1.0.0b1 Initial release (2026-02-10)

Changed

  • ZCatalog BTree write elimination: Removed super() delegation in indexObject(), reindexObject(), catalog_object(), and uncatalog_object(). All catalog data now flows exclusively to PostgreSQL via CatalogStateProcessor — no BTree/Bucket objects are written to ZODB. Content creation dropped from 175 ms/doc to 68.5 ms/doc (2.5x faster), making PGCatalog 1.13x faster than RelStorage+ZCatalog for writes.

Added

  • Dynamic IndexRegistry: Replaced static KNOWN_INDEXES dict with a dynamic IndexRegistry that discovers indexes from ZCatalog at startup via sync_from_catalog(). Addons that add indexes via catalog.xml profiles are now automatically supported without code changes.

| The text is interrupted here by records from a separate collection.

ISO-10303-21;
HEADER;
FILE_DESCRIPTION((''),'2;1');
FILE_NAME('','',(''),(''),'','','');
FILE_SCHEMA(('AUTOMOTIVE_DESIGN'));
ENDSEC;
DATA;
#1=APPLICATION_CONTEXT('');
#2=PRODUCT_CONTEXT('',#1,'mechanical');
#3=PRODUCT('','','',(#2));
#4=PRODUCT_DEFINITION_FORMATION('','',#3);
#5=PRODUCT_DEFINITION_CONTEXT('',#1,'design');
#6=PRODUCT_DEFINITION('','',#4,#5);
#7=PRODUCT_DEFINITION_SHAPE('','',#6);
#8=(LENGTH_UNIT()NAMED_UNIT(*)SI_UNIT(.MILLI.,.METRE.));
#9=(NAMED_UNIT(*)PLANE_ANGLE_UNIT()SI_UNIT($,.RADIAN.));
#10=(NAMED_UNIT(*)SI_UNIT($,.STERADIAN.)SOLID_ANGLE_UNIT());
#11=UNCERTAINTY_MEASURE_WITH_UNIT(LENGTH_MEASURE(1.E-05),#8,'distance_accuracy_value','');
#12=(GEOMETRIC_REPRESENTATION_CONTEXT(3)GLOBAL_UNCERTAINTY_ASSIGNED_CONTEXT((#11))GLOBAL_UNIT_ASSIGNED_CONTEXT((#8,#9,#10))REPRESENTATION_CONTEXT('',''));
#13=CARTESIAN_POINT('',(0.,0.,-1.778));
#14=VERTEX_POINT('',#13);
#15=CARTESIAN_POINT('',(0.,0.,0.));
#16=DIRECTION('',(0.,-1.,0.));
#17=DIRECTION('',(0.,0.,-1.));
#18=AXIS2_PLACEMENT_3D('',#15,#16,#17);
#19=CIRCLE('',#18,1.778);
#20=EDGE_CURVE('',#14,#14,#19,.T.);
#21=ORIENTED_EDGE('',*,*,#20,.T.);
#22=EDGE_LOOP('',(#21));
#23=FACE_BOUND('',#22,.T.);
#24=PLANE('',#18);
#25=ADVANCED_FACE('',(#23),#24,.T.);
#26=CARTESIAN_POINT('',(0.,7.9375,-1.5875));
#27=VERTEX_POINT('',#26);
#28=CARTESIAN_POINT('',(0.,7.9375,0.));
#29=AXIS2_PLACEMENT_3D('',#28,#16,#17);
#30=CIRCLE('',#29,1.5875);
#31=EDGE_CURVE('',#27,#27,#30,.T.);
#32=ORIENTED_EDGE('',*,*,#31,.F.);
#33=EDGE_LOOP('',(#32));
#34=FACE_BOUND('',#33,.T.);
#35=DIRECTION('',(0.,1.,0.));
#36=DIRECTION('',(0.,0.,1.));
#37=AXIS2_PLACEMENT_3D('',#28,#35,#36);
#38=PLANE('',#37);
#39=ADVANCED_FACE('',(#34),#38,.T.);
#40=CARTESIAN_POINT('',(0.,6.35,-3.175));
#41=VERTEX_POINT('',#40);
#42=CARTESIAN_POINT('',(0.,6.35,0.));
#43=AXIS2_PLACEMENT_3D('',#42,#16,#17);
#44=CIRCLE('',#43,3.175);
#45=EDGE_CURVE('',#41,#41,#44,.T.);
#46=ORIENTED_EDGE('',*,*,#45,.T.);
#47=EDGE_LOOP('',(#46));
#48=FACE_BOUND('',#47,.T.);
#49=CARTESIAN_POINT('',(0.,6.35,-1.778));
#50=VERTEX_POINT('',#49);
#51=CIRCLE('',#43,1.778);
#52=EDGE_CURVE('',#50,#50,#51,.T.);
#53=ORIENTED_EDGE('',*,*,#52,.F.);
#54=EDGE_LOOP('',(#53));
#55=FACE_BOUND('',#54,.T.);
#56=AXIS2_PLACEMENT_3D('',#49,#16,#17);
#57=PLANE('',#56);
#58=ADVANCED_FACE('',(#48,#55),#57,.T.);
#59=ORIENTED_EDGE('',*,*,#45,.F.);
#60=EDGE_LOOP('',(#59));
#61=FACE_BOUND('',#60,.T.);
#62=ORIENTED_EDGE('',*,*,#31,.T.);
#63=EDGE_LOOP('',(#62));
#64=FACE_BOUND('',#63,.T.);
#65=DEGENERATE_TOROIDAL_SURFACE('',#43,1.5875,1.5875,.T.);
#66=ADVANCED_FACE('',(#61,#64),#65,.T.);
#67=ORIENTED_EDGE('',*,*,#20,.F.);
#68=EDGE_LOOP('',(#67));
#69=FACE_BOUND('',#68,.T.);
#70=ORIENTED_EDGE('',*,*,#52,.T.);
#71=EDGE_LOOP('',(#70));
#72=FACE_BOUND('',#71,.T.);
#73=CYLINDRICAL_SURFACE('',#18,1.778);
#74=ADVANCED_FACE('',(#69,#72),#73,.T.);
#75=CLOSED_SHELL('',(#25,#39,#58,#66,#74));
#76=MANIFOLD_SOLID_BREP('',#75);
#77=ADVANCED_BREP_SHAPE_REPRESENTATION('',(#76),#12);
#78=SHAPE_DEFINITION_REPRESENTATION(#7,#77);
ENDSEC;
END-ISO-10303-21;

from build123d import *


with BuildPart() as part:
    # Sketch1 → Revolve1 (revolve)
    with BuildSketch(Plane(origin=(0, 0, 0), x_dir=(0, 0, -1), z_dir=(1, 0, 0))):
        with BuildLine():
            Line((0, 0), (1.778, 0))
            Line((1.778, 0), (1.778, 6.35))
            Line((1.778, 6.35), (3.175, 6.35))
            ThreePointArc((3.175, 6.35), (2.710032015, 7.472532015), (1.5875, 7.9375))
            Line((1.5875, 7.9375), (0, 7.9375))
            Line((0, 7.9375), (0, 0))
        make_face()
    revolve(axis=Axis((0, 0, 0), (0, 1, 0)))


solid = part.part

    • META_TYPE_MAP maps ZCatalog meta_types (FieldIndex, KeywordIndex, DateIndex, etc.) to IndexType enum values.

    • SPECIAL_INDEXES (SearchableText, effectiveRange, path) have dedicated PG columns and are excluded from idx JSONB extraction.

    • Registry entries are 3-tuples: (IndexType, idx_key, source_attrs), where source_attrs supports indexed_attr differing from index name.

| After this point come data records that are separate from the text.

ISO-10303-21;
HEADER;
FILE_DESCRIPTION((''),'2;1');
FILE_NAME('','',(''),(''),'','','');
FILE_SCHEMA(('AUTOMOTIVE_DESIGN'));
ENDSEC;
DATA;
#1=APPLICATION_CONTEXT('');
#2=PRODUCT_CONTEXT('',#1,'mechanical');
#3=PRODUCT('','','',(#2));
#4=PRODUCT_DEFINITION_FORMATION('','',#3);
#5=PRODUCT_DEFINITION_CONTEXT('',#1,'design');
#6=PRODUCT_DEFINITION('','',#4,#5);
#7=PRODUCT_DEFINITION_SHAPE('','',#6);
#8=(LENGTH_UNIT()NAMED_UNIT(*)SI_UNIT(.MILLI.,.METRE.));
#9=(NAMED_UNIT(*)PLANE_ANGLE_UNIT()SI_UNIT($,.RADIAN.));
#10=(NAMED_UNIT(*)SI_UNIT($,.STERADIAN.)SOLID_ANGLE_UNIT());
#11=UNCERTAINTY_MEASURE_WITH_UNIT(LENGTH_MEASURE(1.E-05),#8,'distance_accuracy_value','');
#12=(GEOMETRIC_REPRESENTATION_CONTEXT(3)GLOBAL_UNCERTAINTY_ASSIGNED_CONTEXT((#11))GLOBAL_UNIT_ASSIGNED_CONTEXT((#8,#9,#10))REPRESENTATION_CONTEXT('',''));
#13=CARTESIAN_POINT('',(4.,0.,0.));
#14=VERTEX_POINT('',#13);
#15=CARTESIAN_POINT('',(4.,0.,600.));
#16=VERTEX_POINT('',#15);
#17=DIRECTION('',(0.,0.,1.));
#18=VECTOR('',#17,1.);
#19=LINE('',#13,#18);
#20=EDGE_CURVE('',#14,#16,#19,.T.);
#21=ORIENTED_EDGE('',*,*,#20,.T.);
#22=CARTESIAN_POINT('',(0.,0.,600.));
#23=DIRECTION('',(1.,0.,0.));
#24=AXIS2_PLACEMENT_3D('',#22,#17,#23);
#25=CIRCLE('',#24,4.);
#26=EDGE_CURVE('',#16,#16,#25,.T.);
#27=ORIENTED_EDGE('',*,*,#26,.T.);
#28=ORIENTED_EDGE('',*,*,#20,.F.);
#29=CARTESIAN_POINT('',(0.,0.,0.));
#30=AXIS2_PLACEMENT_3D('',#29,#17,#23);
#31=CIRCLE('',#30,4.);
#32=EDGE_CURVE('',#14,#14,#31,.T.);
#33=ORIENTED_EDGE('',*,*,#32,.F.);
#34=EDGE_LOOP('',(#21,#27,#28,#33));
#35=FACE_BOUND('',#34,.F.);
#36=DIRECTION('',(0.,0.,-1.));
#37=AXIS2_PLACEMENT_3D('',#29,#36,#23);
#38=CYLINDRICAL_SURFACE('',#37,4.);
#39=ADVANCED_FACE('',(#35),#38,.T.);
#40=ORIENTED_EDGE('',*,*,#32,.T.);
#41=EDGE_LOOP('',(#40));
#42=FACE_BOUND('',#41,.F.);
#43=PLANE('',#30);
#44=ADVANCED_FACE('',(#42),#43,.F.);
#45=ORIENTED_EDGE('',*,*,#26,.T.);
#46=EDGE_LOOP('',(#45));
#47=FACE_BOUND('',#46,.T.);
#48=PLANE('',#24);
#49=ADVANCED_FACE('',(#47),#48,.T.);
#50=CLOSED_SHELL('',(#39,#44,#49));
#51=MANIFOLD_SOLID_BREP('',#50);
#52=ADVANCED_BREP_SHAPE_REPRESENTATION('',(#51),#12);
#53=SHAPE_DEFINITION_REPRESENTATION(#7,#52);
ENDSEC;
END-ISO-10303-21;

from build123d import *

# Parameters (mm, degrees)
SKETCH_1_R      = 4
EXTRUDE_1_DEPTH = 600


with BuildPart() as part:
    # 草图1 → 凸台-拉伸1 (new body)
    with BuildSketch(Plane.XY):
        Circle(SKETCH_1_R)
    extrude(amount=EXTRUDE_1_DEPTH)


solid = part.part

    • Startup sync via _sync_registry_from_db() populates the registry from each Plone site’s portal_catalog before the first request.

  • IPGIndexTranslator utility: Named utility interface for custom index types not covered by META_TYPE_MAP. Wired into query.py (query + sort fallback) and catalog.py (extraction fallback).

  • DateRecurringIndex support: Built-in translator for Products.DateRecurringIndex (Plone’s start / end event indexes). Stores base date + RFC 5545 RRULE string in idx JSONB; queries use rrule_plpgsql (pure PL/pgSQL, no C extensions) for recurrence expansion at query time. Translators are auto-discovered from ZCatalog at startup – no manual configuration needed. Container-friendly: works on standard postgres:17 images without additional extensions.

  • DDL via get_schema_sql(): CatalogStateProcessor now provides DDL through the get_schema_sql() method, applied by PGJsonbStorage using its own connection — no REPEATABLE READ lock conflicts during startup.

  • Transactional catalog writes: catalog_object() sets a _pgcatalog_pending annotation on persistent objects. The CatalogStateProcessor extracts this annotation during ZODB commit and writes catalog columns (path, parent_path, path_depth, idx, searchable_text) atomically alongside the object state.

  • PlonePGCatalogTool: PostgreSQL-backed portal_catalog replacement for Plone, inheriting from Products.CMFPlone.CatalogTool. Registered via GenericSetup toolset.xml.

  • plone.restapi compatibility: CatalogSearchResults inherits ZTUtils.Lazy.Lazy for serialization; PGCatalogBrain implements ICatalogBrain for IContentListingObject adaptation.